When software calculates the best fit line, it also provides some additional insights. For example, adjusted R-squared tells us what percentage of changes in external spending are predicted by revenue in the model. In our data, it is 41 percent, which means other factors influence external legal spending besides revenue. One of the factors would be the number of lawyers in the department. If we included that figure in our analysis, it would become a multiple linear regression and would improve the adjusted R-squared value.

To rely on linear regression, the data must conform sufficiently to four requirements or we need to take other actions. (1) The distribution of the residuals must be normal.

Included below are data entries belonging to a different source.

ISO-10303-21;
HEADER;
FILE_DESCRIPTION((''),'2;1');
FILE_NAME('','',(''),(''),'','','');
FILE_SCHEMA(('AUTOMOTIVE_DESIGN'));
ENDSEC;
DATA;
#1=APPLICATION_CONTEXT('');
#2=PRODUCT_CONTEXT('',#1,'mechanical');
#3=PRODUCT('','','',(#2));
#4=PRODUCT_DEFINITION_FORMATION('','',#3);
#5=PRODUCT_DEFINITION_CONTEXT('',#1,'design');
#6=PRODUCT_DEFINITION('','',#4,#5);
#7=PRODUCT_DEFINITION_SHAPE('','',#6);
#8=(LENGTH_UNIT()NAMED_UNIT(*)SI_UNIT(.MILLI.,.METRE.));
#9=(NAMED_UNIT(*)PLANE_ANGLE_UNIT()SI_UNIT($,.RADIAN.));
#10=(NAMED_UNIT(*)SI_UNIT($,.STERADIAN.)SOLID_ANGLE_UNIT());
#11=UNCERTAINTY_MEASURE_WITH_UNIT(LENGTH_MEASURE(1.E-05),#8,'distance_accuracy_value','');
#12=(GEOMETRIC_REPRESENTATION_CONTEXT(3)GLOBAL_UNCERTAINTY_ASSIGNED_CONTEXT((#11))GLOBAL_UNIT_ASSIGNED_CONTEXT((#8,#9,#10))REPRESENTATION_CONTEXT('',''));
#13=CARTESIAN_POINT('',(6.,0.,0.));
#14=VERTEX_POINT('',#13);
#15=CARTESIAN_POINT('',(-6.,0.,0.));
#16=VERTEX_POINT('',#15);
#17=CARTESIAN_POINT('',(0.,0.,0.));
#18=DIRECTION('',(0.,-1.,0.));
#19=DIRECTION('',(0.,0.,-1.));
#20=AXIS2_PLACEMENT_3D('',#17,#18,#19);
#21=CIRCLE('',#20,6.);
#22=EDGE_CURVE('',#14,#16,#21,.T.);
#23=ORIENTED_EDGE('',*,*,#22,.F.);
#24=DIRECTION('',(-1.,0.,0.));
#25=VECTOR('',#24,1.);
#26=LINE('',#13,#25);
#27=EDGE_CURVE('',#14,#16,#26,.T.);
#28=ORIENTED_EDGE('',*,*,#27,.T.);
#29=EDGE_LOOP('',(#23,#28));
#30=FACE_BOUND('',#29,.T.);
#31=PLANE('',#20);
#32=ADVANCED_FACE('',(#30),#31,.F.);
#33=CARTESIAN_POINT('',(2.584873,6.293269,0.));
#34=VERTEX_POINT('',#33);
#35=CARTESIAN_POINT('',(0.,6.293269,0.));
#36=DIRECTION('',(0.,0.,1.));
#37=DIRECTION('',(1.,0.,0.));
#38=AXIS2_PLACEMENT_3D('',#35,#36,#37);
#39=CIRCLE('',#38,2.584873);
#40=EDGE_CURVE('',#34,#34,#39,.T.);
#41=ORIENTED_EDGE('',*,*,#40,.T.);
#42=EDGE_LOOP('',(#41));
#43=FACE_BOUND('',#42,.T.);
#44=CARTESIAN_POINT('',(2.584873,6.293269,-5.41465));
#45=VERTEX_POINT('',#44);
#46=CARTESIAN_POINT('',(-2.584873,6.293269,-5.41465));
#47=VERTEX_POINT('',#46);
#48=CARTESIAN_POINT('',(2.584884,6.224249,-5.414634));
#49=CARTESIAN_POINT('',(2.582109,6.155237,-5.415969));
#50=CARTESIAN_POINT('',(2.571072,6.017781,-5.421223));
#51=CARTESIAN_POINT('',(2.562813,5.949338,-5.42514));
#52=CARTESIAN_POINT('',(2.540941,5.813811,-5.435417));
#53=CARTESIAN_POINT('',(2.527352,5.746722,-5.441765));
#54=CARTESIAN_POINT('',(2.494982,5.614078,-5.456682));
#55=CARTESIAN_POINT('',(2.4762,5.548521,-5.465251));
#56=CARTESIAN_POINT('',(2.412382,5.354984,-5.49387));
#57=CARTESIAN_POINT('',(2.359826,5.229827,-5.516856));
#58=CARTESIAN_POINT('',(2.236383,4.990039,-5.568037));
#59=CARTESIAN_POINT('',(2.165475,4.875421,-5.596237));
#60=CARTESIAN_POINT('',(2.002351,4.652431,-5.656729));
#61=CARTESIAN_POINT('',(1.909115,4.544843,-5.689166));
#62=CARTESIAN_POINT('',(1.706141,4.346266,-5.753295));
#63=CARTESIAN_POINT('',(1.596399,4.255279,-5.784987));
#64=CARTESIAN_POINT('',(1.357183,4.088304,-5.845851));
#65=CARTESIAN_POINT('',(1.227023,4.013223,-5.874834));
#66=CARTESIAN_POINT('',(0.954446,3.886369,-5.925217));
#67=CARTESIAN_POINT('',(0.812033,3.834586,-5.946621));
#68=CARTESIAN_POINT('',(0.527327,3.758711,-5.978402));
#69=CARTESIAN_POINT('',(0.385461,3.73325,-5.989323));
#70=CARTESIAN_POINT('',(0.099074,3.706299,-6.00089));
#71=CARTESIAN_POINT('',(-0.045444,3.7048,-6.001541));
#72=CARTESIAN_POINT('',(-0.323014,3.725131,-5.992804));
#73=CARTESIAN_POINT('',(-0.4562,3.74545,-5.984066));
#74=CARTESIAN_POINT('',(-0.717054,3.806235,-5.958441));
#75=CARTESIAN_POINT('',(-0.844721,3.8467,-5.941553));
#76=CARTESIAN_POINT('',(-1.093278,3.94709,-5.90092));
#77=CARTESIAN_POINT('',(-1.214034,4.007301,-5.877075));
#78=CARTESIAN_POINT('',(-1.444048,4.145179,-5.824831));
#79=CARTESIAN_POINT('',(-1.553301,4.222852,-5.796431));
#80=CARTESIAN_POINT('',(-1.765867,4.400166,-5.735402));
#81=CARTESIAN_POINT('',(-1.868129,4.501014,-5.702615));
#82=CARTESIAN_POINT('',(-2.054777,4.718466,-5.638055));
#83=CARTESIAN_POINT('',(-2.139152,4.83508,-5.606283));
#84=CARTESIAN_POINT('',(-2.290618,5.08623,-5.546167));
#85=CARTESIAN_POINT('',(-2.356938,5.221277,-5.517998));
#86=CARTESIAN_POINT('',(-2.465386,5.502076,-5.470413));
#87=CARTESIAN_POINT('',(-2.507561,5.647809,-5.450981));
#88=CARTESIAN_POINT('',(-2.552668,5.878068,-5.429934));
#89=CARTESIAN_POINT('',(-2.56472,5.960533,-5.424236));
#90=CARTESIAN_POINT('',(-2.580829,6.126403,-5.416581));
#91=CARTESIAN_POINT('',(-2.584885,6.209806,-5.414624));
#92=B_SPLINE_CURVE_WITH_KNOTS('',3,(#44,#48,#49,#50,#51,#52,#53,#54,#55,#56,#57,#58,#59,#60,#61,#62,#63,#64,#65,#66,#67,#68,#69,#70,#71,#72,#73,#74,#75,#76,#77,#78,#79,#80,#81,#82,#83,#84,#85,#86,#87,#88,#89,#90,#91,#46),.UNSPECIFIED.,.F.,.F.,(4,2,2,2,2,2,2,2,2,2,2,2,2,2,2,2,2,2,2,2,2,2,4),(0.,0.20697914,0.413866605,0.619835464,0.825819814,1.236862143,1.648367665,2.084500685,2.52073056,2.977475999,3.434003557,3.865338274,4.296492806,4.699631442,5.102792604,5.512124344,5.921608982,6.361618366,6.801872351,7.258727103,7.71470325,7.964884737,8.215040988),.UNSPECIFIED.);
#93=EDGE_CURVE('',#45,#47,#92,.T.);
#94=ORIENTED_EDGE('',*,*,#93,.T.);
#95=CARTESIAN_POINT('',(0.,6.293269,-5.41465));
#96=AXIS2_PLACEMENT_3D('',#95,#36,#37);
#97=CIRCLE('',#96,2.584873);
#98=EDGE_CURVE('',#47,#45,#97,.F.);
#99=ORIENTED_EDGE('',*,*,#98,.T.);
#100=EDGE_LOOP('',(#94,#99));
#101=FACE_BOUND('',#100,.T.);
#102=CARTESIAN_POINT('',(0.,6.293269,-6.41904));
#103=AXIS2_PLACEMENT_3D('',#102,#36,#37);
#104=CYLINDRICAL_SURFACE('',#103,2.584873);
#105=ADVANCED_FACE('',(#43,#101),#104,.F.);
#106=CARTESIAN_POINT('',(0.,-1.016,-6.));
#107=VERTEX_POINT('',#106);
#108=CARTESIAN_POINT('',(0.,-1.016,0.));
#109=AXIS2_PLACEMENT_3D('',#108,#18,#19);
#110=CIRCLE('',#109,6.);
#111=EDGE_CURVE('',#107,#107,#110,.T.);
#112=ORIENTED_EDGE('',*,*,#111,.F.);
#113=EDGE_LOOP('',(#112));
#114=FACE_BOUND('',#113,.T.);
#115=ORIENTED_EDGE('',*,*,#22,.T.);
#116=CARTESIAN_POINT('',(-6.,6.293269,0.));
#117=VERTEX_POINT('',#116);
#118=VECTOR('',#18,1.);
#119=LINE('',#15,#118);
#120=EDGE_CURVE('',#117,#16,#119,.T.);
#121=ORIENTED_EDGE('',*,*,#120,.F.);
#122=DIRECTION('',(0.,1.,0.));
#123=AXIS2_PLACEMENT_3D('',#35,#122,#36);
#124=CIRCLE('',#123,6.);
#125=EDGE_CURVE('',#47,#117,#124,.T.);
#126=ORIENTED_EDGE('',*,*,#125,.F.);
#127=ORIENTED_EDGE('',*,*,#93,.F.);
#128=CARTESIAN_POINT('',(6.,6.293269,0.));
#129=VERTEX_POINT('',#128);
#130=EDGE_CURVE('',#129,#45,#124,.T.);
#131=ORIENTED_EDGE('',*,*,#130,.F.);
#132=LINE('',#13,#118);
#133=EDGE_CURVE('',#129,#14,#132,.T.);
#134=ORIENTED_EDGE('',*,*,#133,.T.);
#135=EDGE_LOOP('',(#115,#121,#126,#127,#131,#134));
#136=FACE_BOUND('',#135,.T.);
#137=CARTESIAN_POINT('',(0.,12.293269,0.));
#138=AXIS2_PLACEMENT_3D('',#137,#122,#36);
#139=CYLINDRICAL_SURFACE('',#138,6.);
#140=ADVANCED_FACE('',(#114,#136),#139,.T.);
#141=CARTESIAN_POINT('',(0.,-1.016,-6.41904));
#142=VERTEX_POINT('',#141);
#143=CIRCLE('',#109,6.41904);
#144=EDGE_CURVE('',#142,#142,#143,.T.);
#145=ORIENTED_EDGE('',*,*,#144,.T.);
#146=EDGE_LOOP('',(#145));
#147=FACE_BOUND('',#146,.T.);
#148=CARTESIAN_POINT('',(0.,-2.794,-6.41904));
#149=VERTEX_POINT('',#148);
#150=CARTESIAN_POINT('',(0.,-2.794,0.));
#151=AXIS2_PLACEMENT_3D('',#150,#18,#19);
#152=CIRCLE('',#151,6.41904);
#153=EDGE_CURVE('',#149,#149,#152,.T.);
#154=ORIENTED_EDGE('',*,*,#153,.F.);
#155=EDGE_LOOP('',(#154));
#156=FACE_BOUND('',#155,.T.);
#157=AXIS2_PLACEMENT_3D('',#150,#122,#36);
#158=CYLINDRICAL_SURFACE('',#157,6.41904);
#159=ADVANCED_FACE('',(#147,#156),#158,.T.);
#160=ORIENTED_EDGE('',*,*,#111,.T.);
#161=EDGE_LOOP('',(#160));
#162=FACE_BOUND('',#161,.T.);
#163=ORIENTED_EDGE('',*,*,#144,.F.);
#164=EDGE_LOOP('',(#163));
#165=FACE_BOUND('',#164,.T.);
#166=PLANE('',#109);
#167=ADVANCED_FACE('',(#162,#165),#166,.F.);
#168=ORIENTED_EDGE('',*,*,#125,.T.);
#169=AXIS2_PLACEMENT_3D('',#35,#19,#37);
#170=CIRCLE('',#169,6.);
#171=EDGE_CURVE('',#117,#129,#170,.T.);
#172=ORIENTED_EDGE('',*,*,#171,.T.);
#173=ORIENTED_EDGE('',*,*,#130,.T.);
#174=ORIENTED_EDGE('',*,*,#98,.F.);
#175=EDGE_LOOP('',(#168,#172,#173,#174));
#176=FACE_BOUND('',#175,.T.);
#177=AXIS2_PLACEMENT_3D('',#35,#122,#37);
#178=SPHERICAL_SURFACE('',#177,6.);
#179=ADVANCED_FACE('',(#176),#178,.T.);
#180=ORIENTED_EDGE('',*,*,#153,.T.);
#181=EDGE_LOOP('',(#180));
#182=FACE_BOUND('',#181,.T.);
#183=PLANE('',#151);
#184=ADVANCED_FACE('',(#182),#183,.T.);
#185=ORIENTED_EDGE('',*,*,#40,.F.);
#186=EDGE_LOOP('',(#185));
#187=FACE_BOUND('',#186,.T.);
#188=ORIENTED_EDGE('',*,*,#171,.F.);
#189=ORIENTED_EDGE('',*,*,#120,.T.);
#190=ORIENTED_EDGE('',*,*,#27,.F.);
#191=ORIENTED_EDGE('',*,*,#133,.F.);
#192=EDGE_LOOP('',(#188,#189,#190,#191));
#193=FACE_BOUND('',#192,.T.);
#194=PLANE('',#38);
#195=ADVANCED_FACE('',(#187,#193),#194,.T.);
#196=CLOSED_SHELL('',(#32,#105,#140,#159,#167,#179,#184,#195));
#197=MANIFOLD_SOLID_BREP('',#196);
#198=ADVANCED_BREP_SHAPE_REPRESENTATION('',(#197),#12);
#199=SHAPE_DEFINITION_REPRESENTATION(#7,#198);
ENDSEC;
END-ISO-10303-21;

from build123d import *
from build123d.topology import SkipClean

# Parameters (mm, degrees)
REVOLVE1_ANGLE = 180
SKETCH2_R      = 6
EXTRUDE1_DEPTH = 1.016
SKETCH3_R      = 6.419039945
EXTRUDE2_DEPTH = 1.778
SKETCH4_R      = 2.584873193
EXTRUDE3_DEPTH = 16.281774039


with BuildPart() as part:
    # Sketch1 → Revolve1 (revolve)
    with BuildSketch(Plane.XY):
        with BuildLine():
            Line((-6, 0), (-6, 6.293269303))
            ThreePointArc((-6, 6.293269303), (-4.242640687, 10.535909991), (0, 12.293269303))
            Line((0, 12.293269303), (0, 0))
            Line((0, 0), (-6, 0))
        make_face()
    revolve(axis=Axis((0, 12.293269303, 0), (0, -1, 0)), revolution_arc=REVOLVE1_ANGLE)

    # Sketch2 → Extrude1 (add)
    with BuildSketch(Plane.XZ):
        Circle(SKETCH2_R)
    extrude(amount=EXTRUDE1_DEPTH)

    # Sketch3 → Extrude2 (add)
    with BuildSketch(Plane.XZ.offset(1.016)):
        with Locations(Location((0, 0, 0), (0, 0, 270))):
            Circle(SKETCH3_R)
    extrude(amount=EXTRUDE2_DEPTH)

    # Sketch4 → Extrude3 (cut, through all)
    with SkipClean():  # the faces are left unmerged after this step: merging them gives an invalid solid
        with BuildSketch(Plane.XY):
            with Locations((0, 6.293269303)):
                Circle(SKETCH4_R)
        extrude(amount=-EXTRUDE3_DEPTH, mode=Mode.SUBTRACT)


solid = part.part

By which we mean that when the residuals are plotted on a graph by count, the shape is reasonably close to the often-seen bell curve (relatively few numbers far to either side on the tails and most of them clustered toward the middle of the distribution). (2) The variance of the distribution of the response variable for a given combination of values of the predictor variables (or, equivalently, of the residuals) should be constant for all values of the predictor variables. This means that at higher or lower ranges of revenue, the magnitude of the residuals doesn’t change too much. The remaining two requirements are beyond the scope of this article. Finally, when using regression, it is prudent to pay particular attention to data points that exhibit abnormal characteristics, which are often called outliers.

One final note: How is correlation different from regression? Correlation estimates the strength of the linear association between paired variables. Correlation is not predictive. That is, how closely is revenue associated with the number of lawyers? In our data set, the correlation is relatively strong, at 0.66, and it is positive: More revenue typically means more lawyers. By contrast, regression tells us the coefficients that best predict the number of lawyers from revenue.

Now, that wasn’t too bad, was it? You have learned about regression, a tool that enables an analyst to take a set of data, model it and extract predictions based on new data. Moreover, you can visualize the regression results, interpret the reliability of the range of predictions they produce and quantify their explanatory power. That’s quite a gift to bestow on legal managers!